─── Record extracts
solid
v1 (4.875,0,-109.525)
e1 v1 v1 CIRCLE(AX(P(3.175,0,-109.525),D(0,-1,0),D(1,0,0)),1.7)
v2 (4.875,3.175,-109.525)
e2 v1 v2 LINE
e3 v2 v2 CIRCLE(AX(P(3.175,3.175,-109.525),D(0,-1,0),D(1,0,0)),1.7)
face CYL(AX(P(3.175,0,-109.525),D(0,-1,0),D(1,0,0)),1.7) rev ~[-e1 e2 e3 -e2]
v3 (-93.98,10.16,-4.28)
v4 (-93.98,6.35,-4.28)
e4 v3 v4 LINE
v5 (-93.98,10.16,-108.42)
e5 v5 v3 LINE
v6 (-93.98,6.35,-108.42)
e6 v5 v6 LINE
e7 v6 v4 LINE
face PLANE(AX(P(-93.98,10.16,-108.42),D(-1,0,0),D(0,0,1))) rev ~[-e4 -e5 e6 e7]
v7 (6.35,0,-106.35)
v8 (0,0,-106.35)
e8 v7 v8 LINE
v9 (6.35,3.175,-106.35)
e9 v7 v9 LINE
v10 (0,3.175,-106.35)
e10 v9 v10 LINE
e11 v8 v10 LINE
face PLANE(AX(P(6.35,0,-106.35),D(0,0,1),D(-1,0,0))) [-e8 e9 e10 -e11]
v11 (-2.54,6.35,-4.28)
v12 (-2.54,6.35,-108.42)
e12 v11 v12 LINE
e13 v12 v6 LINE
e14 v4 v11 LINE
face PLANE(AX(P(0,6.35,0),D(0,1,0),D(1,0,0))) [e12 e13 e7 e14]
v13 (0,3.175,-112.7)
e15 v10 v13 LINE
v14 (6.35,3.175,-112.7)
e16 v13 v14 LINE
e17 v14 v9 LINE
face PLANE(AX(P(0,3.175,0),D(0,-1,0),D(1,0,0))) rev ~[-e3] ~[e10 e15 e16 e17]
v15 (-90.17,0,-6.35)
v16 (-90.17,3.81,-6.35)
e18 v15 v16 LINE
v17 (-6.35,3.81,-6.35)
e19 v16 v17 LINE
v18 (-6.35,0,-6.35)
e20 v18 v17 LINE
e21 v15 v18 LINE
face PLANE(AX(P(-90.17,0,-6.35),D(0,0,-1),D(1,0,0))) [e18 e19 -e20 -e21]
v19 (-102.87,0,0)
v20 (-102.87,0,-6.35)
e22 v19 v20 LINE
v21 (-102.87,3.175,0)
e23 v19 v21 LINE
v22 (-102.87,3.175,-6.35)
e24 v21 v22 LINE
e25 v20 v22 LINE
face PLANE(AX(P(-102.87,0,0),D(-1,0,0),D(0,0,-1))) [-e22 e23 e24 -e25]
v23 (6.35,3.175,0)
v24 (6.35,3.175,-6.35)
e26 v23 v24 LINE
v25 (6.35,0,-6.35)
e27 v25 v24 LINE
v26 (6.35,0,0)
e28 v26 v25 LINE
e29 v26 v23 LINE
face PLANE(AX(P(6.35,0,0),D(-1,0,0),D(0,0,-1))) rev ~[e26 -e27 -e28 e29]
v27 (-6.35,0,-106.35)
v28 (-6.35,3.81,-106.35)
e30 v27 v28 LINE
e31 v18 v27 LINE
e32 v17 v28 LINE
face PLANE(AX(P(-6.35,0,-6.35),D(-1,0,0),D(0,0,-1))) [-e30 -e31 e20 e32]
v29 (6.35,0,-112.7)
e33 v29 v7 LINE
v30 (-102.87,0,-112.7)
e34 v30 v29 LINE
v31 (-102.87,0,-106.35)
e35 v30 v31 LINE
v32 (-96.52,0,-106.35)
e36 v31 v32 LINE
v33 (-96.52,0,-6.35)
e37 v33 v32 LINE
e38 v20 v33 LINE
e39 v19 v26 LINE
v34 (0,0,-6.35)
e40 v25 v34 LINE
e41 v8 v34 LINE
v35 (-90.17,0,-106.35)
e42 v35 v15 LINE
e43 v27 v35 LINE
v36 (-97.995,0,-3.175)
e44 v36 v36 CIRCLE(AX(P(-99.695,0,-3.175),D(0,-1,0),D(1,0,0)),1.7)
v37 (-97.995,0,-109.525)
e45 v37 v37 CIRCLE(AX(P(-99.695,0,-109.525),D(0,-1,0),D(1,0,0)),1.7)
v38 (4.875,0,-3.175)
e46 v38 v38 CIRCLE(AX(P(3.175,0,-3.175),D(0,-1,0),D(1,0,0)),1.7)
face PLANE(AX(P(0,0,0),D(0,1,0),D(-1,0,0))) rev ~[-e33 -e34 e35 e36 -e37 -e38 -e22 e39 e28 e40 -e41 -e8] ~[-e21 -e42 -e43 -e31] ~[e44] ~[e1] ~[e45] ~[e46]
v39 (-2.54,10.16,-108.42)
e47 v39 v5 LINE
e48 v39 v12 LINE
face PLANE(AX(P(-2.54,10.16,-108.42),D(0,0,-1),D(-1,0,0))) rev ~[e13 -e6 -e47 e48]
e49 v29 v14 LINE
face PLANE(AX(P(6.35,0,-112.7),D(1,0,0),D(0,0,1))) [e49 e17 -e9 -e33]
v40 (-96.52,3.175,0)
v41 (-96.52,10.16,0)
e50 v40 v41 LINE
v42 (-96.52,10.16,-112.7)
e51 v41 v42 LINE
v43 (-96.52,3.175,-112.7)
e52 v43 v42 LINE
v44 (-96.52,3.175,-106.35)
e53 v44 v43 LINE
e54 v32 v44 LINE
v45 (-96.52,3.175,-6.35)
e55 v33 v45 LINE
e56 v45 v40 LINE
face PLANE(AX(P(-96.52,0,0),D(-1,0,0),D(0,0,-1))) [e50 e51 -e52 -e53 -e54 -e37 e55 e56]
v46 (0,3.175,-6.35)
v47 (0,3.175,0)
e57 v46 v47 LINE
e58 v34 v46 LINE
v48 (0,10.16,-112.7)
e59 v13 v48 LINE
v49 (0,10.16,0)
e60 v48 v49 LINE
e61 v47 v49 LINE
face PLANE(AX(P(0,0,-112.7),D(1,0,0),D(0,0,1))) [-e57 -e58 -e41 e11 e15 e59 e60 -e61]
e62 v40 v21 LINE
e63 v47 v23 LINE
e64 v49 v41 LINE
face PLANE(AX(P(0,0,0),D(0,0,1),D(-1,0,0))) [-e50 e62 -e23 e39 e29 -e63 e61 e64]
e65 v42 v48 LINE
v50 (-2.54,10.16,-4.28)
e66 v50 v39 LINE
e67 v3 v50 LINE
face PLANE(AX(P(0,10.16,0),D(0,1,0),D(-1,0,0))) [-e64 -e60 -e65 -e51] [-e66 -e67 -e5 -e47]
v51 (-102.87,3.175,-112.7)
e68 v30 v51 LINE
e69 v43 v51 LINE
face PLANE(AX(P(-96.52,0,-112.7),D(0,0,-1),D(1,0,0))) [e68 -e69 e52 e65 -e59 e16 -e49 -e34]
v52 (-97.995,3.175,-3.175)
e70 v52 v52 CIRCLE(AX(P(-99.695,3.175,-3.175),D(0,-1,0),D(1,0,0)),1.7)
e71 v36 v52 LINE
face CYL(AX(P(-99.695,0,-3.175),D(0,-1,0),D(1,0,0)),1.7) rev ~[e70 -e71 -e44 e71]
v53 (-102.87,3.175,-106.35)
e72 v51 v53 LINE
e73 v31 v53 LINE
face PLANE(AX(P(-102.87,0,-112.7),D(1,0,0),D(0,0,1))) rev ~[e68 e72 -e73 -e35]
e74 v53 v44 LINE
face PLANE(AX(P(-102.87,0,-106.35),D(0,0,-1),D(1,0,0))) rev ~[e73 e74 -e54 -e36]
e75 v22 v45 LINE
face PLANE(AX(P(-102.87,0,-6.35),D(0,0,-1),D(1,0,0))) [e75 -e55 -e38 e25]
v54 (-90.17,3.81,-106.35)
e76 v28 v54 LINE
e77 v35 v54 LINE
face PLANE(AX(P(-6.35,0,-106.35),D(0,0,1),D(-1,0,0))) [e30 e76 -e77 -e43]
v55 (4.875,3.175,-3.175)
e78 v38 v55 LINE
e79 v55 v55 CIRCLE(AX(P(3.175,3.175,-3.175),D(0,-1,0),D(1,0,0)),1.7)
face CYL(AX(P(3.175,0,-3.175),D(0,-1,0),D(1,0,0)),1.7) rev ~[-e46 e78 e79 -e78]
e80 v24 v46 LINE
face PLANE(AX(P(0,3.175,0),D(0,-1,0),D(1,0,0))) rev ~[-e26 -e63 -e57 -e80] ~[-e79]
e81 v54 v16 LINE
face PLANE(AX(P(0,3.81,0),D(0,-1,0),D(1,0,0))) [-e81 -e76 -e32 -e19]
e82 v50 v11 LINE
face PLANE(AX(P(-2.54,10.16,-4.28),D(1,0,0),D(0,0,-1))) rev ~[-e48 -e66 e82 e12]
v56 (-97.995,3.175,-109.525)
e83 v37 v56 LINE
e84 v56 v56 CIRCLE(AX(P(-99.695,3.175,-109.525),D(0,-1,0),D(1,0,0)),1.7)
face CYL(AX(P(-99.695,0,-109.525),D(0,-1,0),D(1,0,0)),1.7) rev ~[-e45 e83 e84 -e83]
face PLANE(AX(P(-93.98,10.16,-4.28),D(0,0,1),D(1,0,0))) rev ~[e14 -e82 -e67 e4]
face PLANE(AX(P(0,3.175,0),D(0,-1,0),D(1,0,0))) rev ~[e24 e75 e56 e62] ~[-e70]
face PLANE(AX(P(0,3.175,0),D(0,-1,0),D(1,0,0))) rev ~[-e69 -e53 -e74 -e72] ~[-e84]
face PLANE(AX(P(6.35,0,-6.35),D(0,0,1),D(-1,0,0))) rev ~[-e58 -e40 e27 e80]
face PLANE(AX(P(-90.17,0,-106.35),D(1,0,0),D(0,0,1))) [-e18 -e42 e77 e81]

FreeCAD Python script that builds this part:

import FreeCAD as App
import Part
import Sketcher
Q = App.Units.Quantity


def add_polygon(sketch, points):
    """Adds a closed chain of lines whose ends are joined by coincident constraints."""
    first, n = sketch.GeometryCount, len(points)
    for a, b in zip(points, points[1:] + points[:1]):
        sketch.addGeometry(Part.LineSegment(App.Vector(*a, 0), App.Vector(*b, 0)), False)
    for i in range(n):
        sketch.addConstraint(Sketcher.Constraint("Coincident", first + i, 2, first + (i + 1) % n, 1))

doc = App.newDocument("Part")
body = doc.addObject("PartDesign::Body", "Body")

# Sketch on XZ plane
sketch1 = doc.addObject("Sketcher::SketchObject", "Sketch")
body.addObject(sketch1)
sketch1.AttachmentSupport = (doc.XZ_Plane, [""])
sketch1.MapMode = "FlatFace"
add_polygon(sketch1, [(-96.52, 0), (0, 0), (0, -112.7), (-96.52, -112.7)])  # lines 0-3
sketch1.addConstraint([
    Sketcher.Constraint("Horizontal", 0),
    Sketcher.Constraint("Vertical", 1),
    Sketcher.Constraint("Horizontal", 2),
    Sketcher.Constraint("Vertical", 3),
    Sketcher.Constraint("Coincident", 0, 2, -1, 1),
    Sketcher.Constraint("DistanceX", 0, 1, 0, 2, Q("3.8 in")),
    Sketcher.Constraint("DistanceY", 1, 2, 1, 1, Q("4.437 in")),
])
pad1 = doc.addObject("PartDesign::Pad", "Pad")
body.addObject(pad1)
pad1.Profile = sketch1
pad1.Length = Q("0.4 in")
pad1.Reversed = True

# Sketch on XZ plane
sketch2 = doc.addObject("Sketcher::SketchObject", "Sketch001")
body.addObject(sketch2)
sketch2.AttachmentSupport = (doc.XZ_Plane, [""])
sketch2.MapMode = "FlatFace"
sketch2.AttachmentOffset = App.Placement(App.Vector(0, 0, -0.4 * 25.4), App.Rotation())
add_polygon(sketch2, [(-93.98, -108.42), (-93.98, -4.28), (-2.54, -4.28), (-2.54, -108.42)])  # lines 0-3
sketch2.addConstraint([
    Sketcher.Constraint("Vertical", 0),
    Sketcher.Constraint("Horizontal", 1),
    Sketcher.Constraint("Vertical", 2),
    Sketcher.Constraint("Horizontal", 3),
    Sketcher.Constraint("DistanceX", 1, 1, 1, 2, Q("3.6 in")),
    Sketcher.Constraint("DistanceY", 0, 1, 0, 2, Q("4.1 in")),
    Sketcher.Constraint("DistanceX", 0, 2, -1, 1, Q("3.7 in")),
    Sketcher.Constraint("DistanceY", 0, 2, -1, 1, Q("0.1685 in")),
])
pocket1 = doc.addObject("PartDesign::Pocket", "Pocket")
body.addObject(pocket1)
pocket1.Profile = sketch2
pocket1.Length = Q("0.15 in")
pocket1.Reversed = True

# Sketch on XZ plane
sketch3 = doc.addObject("Sketcher::SketchObject", "Sketch002")
body.addObject(sketch3)
sketch3.AttachmentSupport = (doc.XZ_Plane, [""])
sketch3.MapMode = "FlatFace"
add_polygon(sketch3, [(6.35, 0), (0, 0), (0, -6.35), (6.35, -6.35)])  # lines 0-3
sketch3.addGeometry(Part.Circle(App.Vector(3.175, -3.175, 0), App.Vector(0, 0, 1), 1.7), False)  # 4
add_polygon(sketch3, [(0, -106.35), (0, -112.7), (6.35, -112.7), (6.35, -106.35)])  # lines 5-8
sketch3.addGeometry(Part.Circle(App.Vector(3.175, -109.525, 0), App.Vector(0, 0, 1), 1.7), False)  # 9
add_polygon(sketch3, [(-96.52, -6.35), (-96.52, 0), (-102.87, 0), (-102.87, -6.35)])  # lines 10-13
sketch3.addGeometry(Part.Circle(App.Vector(-99.695, -3.175, 0), App.Vector(0, 0, 1), 1.7), False)  # 14
add_polygon(sketch3, [(-102.87, -112.7), (-96.52, -112.7), (-96.52, -106.35), (-102.87, -106.35)])  # lines 15-18
sketch3.addGeometry(Part.Circle(App.Vector(-99.695, -109.525, 0), App.Vector(0, 0, 1), 1.7), False)  # 19
sketch3.addConstraint([
    Sketcher.Constraint("Horizontal", 0),
    Sketcher.Constraint("Vertical", 1),
    Sketcher.Constraint("Horizontal", 2),
    Sketcher.Constraint("Vertical", 3),
    Sketcher.Constraint("Vertical", 5),
    Sketcher.Constraint("Horizontal", 6),
    Sketcher.Constraint("Vertical", 7),
    Sketcher.Constraint("Horizontal", 8),
    Sketcher.Constraint("Vertical", 10),
    Sketcher.Constraint("Horizontal", 11),
    Sketcher.Constraint("Vertical", 12),
    Sketcher.Constraint("Horizontal", 13),
    Sketcher.Constraint("Horizontal", 15),
    Sketcher.Constraint("Vertical", 16),
    Sketcher.Constraint("Horizontal", 17),
    Sketcher.Constraint("Vertical", 18),
    Sketcher.Constraint("Coincident", 0, 2, -1, 1),
    Sketcher.Constraint("Equal", 4, 9),
    Sketcher.Constraint("Equal", 9, 14),
    Sketcher.Constraint("Equal", 14, 19),
    Sketcher.Constraint("PointOnObject", 5, 2, -2),
    Sketcher.Constraint("PointOnObject", 10, 2, -1),
    Sketcher.Constraint("Horizontal", 4, 3, 14, 3),
    Sketcher.Constraint("Horizontal", 9, 3, 19, 3),
    Sketcher.Constraint("Horizontal", 2, 2, 12, 2),
    Sketcher.Constraint("Horizontal", 6, 2, 15, 2),
    Sketcher.Constraint("Horizontal", 8, 2, 16, 2),
    Sketcher.Constraint("Vertical", 4, 3, 9, 3),
    Sketcher.Constraint("Vertical", 14, 3, 19, 3),
    Sketcher.Constraint("Vertical", 3, 2, 6, 2),
    Sketcher.Constraint("Vertical", 13, 2, 15, 2),
    Sketcher.Constraint("Vertical", 12, 2, 17, 2),
    Sketcher.Constraint("Equal", 8, 11),
    Sketcher.Constraint("Equal", 17, 1),
    Sketcher.Constraint("Equal", 3, 5),
    Sketcher.Constraint("DistanceX", 0, 2, 0, 1, Q("0.25 in")),
    Sketcher.Constraint("Diameter", 4, Q("3.4 mm")),
    Sketcher.Constraint("DistanceX", 10, 2, -1, 1, Q("3.8 in")),
    Sketcher.Constraint("DistanceX", 14, 3, 4, 3, Q("4.05 in")),
    Sketcher.Constraint("DistanceX", -1, 1, 4, 3, Q("0.125 in")),
    Sketcher.Constraint("DistanceY", 4, 3, -1, 1, Q("0.125 in")),
    Sketcher.Constraint("DistanceY", 9, 3, -1, 1, Q("4.312 in")),
    Sketcher.Constraint("DistanceY", 5, 2, -1, 1, Q("4.437 in")),
])
pad2 = doc.addObject("PartDesign::Pad", "Pad001")
body.addObject(pad2)
pad2.Profile = sketch3
pad2.Length = Q("0.125 in")
pad2.Reversed = True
──────
Looking at the data above, write out exactly the lines that start at the one containing "e14 v4 v11 LINE" and end at the one containing "e25 v20 v22 LINE"; include both and nothing beyond.

e14 v4 v11 LINE
face PLANE(AX(P(0,6.35,0),D(0,1,0),D(1,0,0))) [e12 e13 e7 e14]
v13 (0,3.175,-112.7)
e15 v10 v13 LINE
v14 (6.35,3.175,-112.7)
e16 v13 v14 LINE
e17 v14 v9 LINE
face PLANE(AX(P(0,3.175,0),D(0,-1,0),D(1,0,0))) rev ~[-e3] ~[e10 e15 e16 e17]
v15 (-90.17,0,-6.35)
v16 (-90.17,3.81,-6.35)
e18 v15 v16 LINE
v17 (-6.35,3.81,-6.35)
e19 v16 v17 LINE
v18 (-6.35,0,-6.35)
e20 v18 v17 LINE
e21 v15 v18 LINE
face PLANE(AX(P(-90.17,0,-6.35),D(0,0,-1),D(1,0,0))) [e18 e19 -e20 -e21]
v19 (-102.87,0,0)
v20 (-102.87,0,-6.35)
e22 v19 v20 LINE
v21 (-102.87,3.175,0)
e23 v19 v21 LINE
v22 (-102.87,3.175,-6.35)
e24 v21 v22 LINE
e25 v20 v22 LINE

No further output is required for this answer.